For Doctor Who to have this relationship the focus of its story on the same day as our local Pride Parade here in Indianapolis made it even more powerful and poignant. Those were incredible moments when Rogue proposed, when he tossed the Doctor the bouquet, and when the Doctor put on his ring. Let’s call it Pride meets Pride and Prejudice.

I will also of course highlight the character of the vicar, the one explicit presence of religion in the episode. The vicar tries to sneak away, but when made to come forward to perform a wedding for the Chuldur, he insists that it would be impossible to consecrate a marriage between creatures from hell. The Chuldur that kills him takes his clerical garb but not his human form, and unlike all the other cosplaying by them throughout the episode in this instance botches the wording of the marriage ceremony and treats them with disdain. As so often, Doctor Who pokes fun at religion on the surface level yet offers something more insightful and appreciative beneath the surface. Creatures that kill for their own entertainment would not be expected to value religion, and while the vicar may have assumed them to be creatures from hell in some more literal sense, metaphorically the phrase seems apt. There must be a basis for evaluating and critiquing those who place no value on the lives of others, who live only for their own pleasure.

We also glimpse the Doctor’s problematic ethics which I discuss in my book on the episode “The Battle of Ranskoor av Kolos.” He avoids killing but has no problem confining beings to suffer for centuries. As we see explicitly in this episode, the Doctor cannot sacrifice a friend even to save the world. It is a thin line that separates being willing to see a whole world sacrificed if it offers the prospect of saving one life of someone you hold dear, and being willing to take lives to protect the interests of one’s own group.

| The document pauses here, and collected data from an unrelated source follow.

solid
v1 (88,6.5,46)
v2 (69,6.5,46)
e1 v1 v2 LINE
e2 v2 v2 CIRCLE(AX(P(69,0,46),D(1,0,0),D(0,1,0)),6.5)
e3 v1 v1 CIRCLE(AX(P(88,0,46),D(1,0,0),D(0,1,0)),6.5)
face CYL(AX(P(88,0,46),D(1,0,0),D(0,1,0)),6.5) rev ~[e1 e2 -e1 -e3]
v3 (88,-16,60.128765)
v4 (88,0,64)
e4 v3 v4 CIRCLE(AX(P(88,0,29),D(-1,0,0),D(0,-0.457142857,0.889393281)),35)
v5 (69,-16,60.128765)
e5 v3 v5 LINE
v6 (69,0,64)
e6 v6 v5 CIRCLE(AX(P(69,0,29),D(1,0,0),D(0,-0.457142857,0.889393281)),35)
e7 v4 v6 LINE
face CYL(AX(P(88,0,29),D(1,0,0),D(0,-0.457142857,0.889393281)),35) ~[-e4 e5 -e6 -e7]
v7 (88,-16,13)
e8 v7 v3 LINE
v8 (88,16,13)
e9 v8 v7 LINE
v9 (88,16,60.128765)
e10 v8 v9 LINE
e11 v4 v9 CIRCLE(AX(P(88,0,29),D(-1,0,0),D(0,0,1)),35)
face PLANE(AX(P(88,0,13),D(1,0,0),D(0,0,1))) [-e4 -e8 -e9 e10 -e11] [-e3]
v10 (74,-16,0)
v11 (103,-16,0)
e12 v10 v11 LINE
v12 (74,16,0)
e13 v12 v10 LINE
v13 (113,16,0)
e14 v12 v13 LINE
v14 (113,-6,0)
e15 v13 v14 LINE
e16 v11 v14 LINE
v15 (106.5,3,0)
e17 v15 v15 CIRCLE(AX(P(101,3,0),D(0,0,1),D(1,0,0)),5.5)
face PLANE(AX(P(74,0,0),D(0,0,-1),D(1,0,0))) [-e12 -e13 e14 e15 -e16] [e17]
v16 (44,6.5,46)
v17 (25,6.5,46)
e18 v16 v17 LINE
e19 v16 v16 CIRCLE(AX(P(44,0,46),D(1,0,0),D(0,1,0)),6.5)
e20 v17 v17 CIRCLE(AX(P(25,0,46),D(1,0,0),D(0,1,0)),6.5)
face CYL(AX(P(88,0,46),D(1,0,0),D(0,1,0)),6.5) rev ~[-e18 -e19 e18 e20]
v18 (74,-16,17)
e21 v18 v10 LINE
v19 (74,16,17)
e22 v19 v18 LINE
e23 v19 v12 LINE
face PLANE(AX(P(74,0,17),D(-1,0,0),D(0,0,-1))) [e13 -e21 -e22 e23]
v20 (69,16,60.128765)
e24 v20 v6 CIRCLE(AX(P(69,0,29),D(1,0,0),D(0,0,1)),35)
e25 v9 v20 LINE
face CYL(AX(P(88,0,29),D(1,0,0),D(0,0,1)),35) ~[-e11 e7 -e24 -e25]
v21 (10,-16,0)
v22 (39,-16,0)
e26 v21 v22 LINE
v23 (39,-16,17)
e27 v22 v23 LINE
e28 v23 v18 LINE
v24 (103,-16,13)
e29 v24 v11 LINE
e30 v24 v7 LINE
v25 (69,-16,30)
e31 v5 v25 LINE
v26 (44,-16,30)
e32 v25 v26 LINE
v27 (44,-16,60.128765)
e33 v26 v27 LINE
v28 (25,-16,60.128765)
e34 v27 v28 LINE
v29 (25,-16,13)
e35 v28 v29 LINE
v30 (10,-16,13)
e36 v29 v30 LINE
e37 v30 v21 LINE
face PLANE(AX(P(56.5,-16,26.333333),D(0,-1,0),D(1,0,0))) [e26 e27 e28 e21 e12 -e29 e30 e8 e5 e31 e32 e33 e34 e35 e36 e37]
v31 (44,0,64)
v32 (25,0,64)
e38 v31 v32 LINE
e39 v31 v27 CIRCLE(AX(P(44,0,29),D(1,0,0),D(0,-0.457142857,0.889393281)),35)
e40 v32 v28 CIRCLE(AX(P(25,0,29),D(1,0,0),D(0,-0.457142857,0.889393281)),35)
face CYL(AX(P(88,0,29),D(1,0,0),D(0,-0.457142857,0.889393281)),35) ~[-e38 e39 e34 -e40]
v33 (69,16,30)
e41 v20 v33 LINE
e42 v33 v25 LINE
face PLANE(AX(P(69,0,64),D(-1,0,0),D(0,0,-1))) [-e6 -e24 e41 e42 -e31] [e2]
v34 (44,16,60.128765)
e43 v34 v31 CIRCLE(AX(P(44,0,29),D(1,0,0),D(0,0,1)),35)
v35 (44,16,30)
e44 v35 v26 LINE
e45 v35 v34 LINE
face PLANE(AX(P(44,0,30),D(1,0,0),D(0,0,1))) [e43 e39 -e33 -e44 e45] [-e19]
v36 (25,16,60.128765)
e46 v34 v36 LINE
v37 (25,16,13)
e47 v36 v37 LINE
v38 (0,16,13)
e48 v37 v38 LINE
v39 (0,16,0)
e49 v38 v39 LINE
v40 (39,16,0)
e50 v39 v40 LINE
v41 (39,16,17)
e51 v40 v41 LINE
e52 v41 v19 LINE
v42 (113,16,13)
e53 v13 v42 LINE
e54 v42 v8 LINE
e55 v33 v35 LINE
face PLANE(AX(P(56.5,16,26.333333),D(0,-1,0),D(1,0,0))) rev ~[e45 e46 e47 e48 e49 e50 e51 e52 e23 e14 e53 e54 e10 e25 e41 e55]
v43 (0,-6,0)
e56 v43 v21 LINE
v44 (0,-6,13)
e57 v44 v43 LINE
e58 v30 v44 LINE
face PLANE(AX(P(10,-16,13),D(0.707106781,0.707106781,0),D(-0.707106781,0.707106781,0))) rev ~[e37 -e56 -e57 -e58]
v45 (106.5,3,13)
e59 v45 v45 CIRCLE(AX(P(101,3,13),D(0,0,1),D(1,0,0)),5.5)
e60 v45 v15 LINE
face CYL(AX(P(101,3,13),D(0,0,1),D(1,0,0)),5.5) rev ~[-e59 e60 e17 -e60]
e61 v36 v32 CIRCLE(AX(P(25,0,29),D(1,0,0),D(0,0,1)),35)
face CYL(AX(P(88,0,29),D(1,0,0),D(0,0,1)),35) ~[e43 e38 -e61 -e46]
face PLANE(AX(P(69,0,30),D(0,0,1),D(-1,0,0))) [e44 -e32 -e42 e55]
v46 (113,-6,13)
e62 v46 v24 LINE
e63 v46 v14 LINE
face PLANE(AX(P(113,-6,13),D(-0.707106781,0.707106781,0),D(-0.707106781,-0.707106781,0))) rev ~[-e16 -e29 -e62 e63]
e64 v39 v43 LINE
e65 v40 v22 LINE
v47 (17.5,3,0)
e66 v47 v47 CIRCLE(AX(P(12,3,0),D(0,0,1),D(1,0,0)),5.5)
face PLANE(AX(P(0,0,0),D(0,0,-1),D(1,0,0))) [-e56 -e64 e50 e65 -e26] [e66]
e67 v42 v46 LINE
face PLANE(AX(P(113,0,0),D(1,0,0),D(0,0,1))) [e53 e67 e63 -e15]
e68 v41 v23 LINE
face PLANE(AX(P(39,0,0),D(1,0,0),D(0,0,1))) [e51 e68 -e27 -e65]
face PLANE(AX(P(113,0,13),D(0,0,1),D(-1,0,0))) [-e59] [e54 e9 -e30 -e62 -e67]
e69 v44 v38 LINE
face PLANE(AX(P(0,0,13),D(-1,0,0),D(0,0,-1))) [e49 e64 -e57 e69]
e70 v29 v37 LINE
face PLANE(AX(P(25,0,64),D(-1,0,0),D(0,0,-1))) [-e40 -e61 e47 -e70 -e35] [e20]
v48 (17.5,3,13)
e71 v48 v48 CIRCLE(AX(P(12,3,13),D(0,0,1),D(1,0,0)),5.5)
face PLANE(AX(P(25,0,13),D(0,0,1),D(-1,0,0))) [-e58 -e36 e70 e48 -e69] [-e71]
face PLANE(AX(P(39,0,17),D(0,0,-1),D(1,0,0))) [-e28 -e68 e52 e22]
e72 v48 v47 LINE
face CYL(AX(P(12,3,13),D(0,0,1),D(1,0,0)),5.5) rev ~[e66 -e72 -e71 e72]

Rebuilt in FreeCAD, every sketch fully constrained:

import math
import FreeCAD as App
import Part
import Sketcher
Q = App.Units.Quantity


def add_polygon(sketch, points):
    """Adds a closed chain of lines whose ends are joined by coincident constraints."""
    first, n = sketch.GeometryCount, len(points)
    for a, b in zip(points, points[1:] + points[:1]):
        sketch.addGeometry(Part.LineSegment(App.Vector(*a, 0), App.Vector(*b, 0)), False)
    for i in range(n):
        sketch.addConstraint(Sketcher.Constraint("Coincident", first + i, 2, first + (i + 1) % n, 1))

doc = App.newDocument("Part")
body = doc.addObject("PartDesign::Body", "Body")

# Sketch on XZ plane
sketch1 = body.newObject("Sketcher::SketchObject", "Sketch")
sketch1.AttachmentSupport = (doc.getObject("XZ_Plane"), [""])
sketch1.MapMode = "FlatFace"
add_polygon(sketch1, [(0, 13), (0, 0), (39, 0), (39, 17), (74, 17), (74, 0), (113, 0), (113, 13), (88, 13), (88, 64), (69, 64), (69, 30), (44, 30), (44, 64), (25, 64), (25, 13)])  # lines 0-15
sketch1.addConstraint(Sketcher.Constraint("Vertical", 0))
sketch1.addConstraint(Sketcher.Constraint("Horizontal", 1))
sketch1.addConstraint(Sketcher.Constraint("Vertical", 2))
sketch1.addConstraint(Sketcher.Constraint("Horizontal", 3))
sketch1.addConstraint(Sketcher.Constraint("Vertical", 4))
sketch1.addConstraint(Sketcher.Constraint("Horizontal", 5))
sketch1.addConstraint(Sketcher.Constraint("Vertical", 6))
sketch1.addConstraint(Sketcher.Constraint("Horizontal", 7))
sketch1.addConstraint(Sketcher.Constraint("Vertical", 8))
sketch1.addConstraint(Sketcher.Constraint("Horizontal", 9))
sketch1.addConstraint(Sketcher.Constraint("Vertical", 10))
sketch1.addConstraint(Sketcher.Constraint("Horizontal", 11))
sketch1.addConstraint(Sketcher.Constraint("Vertical", 12))
sketch1.addConstraint(Sketcher.Constraint("Horizontal", 13))
sketch1.addConstraint(Sketcher.Constraint("Vertical", 14))
sketch1.addConstraint(Sketcher.Constraint("Horizontal", 15))
sketch1.addConstraint(Sketcher.Constraint("Coincident", 0, 2, -1, 1))
sketch1.addConstraint(Sketcher.Constraint("PointOnObject", 4, 2, -1))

What did you think of “Rogue”? In particular, what do you think of Ruby’s insistence to a 19th century woman that she can do whatever she wants? Modern English speakers live in cultures that often claim that we can do what we want in life, from education to career to marriage and more. It isn’t true even today. We are all constrained in ways that modern freedom-loving individualists bristle at. Is it nevertheless more problematic for someone from modern British culture to assume that what is possible for them is possible for someone in a different era – or in another cultural context in their own era, for that matter?